A deep learning technique that reuses a model pre-trained on one task as the starting point for a new, related task, leveraging its learned knowledge to improve performance or reduce training requirements. In practice, part of a pretrained neural network (usually the initial layers, responsible for feature extraction) is frozen and reused in a new model. These frozen layers, with the knowledge from a previous dataset, are combined with untrained layers tailored for a specific bioimaging task. During training, only the new layers will be updated, allowing the model to adapt to the new task with limited data.

Transformer Models

A deep learning architecture based on the multi-head attention mechanism; specifically referring to the ‘vision transformer’ architecture. A vision transformer (ViT) is a transformer designed for computer vision. A ViT decomposes an input image into a series of patches (rather than text into tokens), serializes each patch into a vector, and maps it to a smaller dimension with a single matrix multiplication.
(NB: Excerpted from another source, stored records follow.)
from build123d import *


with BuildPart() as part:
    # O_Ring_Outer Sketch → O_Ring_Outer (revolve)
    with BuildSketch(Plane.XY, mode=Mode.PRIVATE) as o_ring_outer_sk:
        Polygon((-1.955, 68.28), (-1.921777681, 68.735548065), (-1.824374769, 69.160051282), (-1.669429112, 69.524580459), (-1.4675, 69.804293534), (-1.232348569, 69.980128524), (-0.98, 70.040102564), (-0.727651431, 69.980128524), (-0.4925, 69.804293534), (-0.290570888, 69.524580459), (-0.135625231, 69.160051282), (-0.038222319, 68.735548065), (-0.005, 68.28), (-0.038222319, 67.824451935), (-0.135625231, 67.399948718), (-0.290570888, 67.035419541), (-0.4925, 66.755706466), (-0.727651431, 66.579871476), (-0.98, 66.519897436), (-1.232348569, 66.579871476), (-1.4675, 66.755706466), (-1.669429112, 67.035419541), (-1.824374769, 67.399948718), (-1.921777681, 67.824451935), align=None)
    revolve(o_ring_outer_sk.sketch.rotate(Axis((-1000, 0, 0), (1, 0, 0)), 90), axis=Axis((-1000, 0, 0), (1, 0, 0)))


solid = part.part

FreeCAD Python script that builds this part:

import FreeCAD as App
import Part
import Sketcher

V = App.Vector


def add_polygon(sketch, points):
    """Adds a closed chain of lines whose ends are joined by coincident constraints."""
    first, n = sketch.GeometryCount, len(points)
    for a, b in zip(points, points[1:] + points[:1]):
        sketch.addGeometry(Part.LineSegment(App.Vector(*a, 0), App.Vector(*b, 0)), False)
    for i in range(n):
        sketch.addConstraint(Sketcher.Constraint("Coincident", first + i, 2, first + (i + 1) % n, 1))

doc = App.newDocument("Part")
body = doc.addObject("PartDesign::Body", "Body")

# Sketch on XY plane
sketch1 = body.newObject("Sketcher::SketchObject", "Sketch")
sketch1.AttachmentSupport = (doc.getObject("XY_Plane"), [""])
sketch1.MapMode = "FlatFace"
add_polygon(sketch1, [(-1.921778, 68.735548), (-1.955, 68.28), (-1.921778, 67.824452), (-1.824375, 67.399949), (-1.669429, 67.03542), (-1.4675, 66.755706), (-1.232349, 66.579871), (-0.98, 66.519897), (-0.727651, 66.579871), (-0.4925, 66.755706), (-0.290571, 67.03542), (-0.135625, 67.399949), (-0.038222, 67.824452), (-0.005, 68.28), (-0.038222, 68.735548), (-0.135625, 69.160051), (-0.290571, 69.52458), (-0.4925, 69.804294), (-0.727651, 69.980129), (-0.98, 70.040103), (-1.232349, 69.980129), (-1.4675, 69.804294), (-1.669429, 69.52458), (-1.824375, 69.160051)])  # lines 0-23
sketch1.addConstraint(Sketcher.Constraint("Parallel", 0, 12))
sketch1.addConstraint(Sketcher.Constraint("Parallel", 1, 13))
sketch1.addConstraint(Sketcher.Constraint("Parallel", 2, 14))
sketch1.addConstraint(Sketcher.Constraint("Parallel", 3, 15))
sketch1.addConstraint(Sketcher.Constraint("Parallel", 4, 16))
sketch1.addConstraint(Sketcher.Constraint("Parallel", 5, 17))
sketch1.addConstraint(Sketcher.Constraint("Parallel", 6, 18))
sketch1.addConstraint(Sketcher.Constraint("Parallel", 7, 19))
sketch1.addConstraint(Sketcher.Constraint("Parallel", 8, 20))
sketch1.addConstraint(Sketcher.Constraint("Parallel", 9, 21))
sketch1.addConstraint(Sketcher.Constraint("Parallel", 10, 22))
sketch1.addConstraint(Sketcher.Constraint("Parallel", 11, 23))
sketch1.addConstraint(Sketcher.Constraint("Horizontal", 5, 2, 7, 2))
sketch1.addConstraint(Sketcher.Constraint("Horizontal", 4, 2, 8, 2))
sketch1.addConstraint(Sketcher.Constraint("Horizontal", 3, 2, 9, 2))
sketch1.addConstraint(Sketcher.Constraint("Horizontal", 2, 2, 10, 2))
sketch1.addConstraint(Sketcher.Constraint("Horizontal", 1, 2, 11, 2))
sketch1.addConstraint(Sketcher.Constraint("Horizontal", 0, 2, 12, 2))
sketch1.addConstraint(Sketcher.Constraint("Horizontal", 17, 2, 19, 2))
sketch1.addConstraint(Sketcher.Constraint("Horizontal", 16, 2, 20, 2))
sketch1.addConstraint(Sketcher.Constraint("Horizontal", 15, 2, 21, 2))
sketch1.addConstraint(Sketcher.Constraint("Horizontal", 14, 2, 22, 2))
sketch1.addConstraint(Sketcher.Constraint("Horizontal", 13, 2, 23, 2))
sketch1.addConstraint(Sketcher.Constraint("Vertical", 11, 2, 13, 2))
sketch1.addConstraint(Sketcher.Constraint("Vertical", 10, 2, 14, 2))
sketch1.addConstraint(Sketcher.Constraint("Vertical", 9, 2, 15, 2))
sketch1.addConstraint(Sketcher.Constraint("Vertical", 8, 2, 16, 2))
sketch1.addConstraint(Sketcher.Constraint("Vertical", 7, 2, 17, 2))
sketch1.addConstraint(Sketcher.Constraint("Vertical", 6, 2, 18, 2))
sketch1.addConstraint(Sketcher.Constraint("Vertical", 5, 2, 19, 2))
sketch1.addConstraint(Sketcher.Constraint("Vertical", 4, 2, 20, 2))
sketch1.addConstraint(Sketcher.Constraint("Vertical", 3, 2, 21, 2))
sketch1.addConstraint(Sketcher.Constraint("Vertical", 2, 2, 22, 2))
sketch1.addConstraint(Sketcher.Constraint("Vertical", 1, 2, 23, 2))
sketch1.addConstraint(Sketcher.Constraint("DistanceY", -1, 1, 0, 2, 68.28))
sketch1.addConstraint(Sketcher.Constraint("DistanceX", 6, 2, -1, 1, 0.98))
sketch1.addConstraint(Sketcher.Constraint("DistanceX", 0, 2, -1, 1, 1.955))
sketch1.addConstraint(Sketcher.Constraint("DistanceX", 4, 2, 8, 2, 0.975))
sketch1.addConstraint(Sketcher.Constraint("DistanceY", 10, 2, 13, 2, 1.335599))
sketch1.addConstraint(Sketcher.Constraint("DistanceY", -1, 1, 1, 2, 67.824452))
sketch1.addConstraint(Sketcher.Constraint("DistanceX", 3, 2, -1, 1, 1.669429))
sketch1.addConstraint(Sketcher.Constraint("DistanceY", -1, 1, 3, 2, 67.03542))
sketch1.addConstraint(Sketcher.Constraint("DistanceX", 5, 2, -1, 1, 1.232349))
sketch1.addConstraint(Sketcher.Constraint("DistanceY", -1, 1, 5, 2, 66.579871))
sketch1.addConstraint(Sketcher.Constraint("DistanceX", 1, 2, 3, 2, 0.252349))
sketch1.addConstraint(Sketcher.Constraint("DistanceY", 6, 2, 4, 2, 0.235809))
sketch1.addConstraint(Sketcher.Constraint("DistanceY", 6, 2, 2, 2, 0.880051))
sketch1.addConstraint(Sketcher.Constraint("Distance", 2, 0.435535))
revolution = body.newObject("PartDesign::Revolution", "Revolution")
revolution.Profile = sketch1
revolution.ReferenceAxis = (sketch1, ["H_Axis"])
revolution.Angle = 360

doc.recompute()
These vector embeddings are then processed by a transformer encoder as if they were token embeddings.

True Negatives

In a scenario where you have two classes “positive” and “negative”, you try to predict cases as one of those classes. True positives are the cases that you predicted as negative and were really negative.

True Positives

In a scenario where you have two classes “positive” and “negative”, you try to predict cases as one of those classes. True positives are the cases that you predicted as positive and were really positive.

Virtual Machine

On a physical computer, you install an operating system (e.g., Windows or Ubuntu) that you interact with. A virtual machine is a program that simulates a complete computer with its own operating system. This lets you run a “computer inside your computer” (e.g., using Linux inside Windows or the other way around). As this simulated computer is separate from your physical one, it adds an extra layer of security, because unless the user specifically allows it, the virtual machine cannot access or connect to your real computer.

Zernike Modes

A set of orthogonal polynomials used to describe and correct wavefront aberrations in optical systems.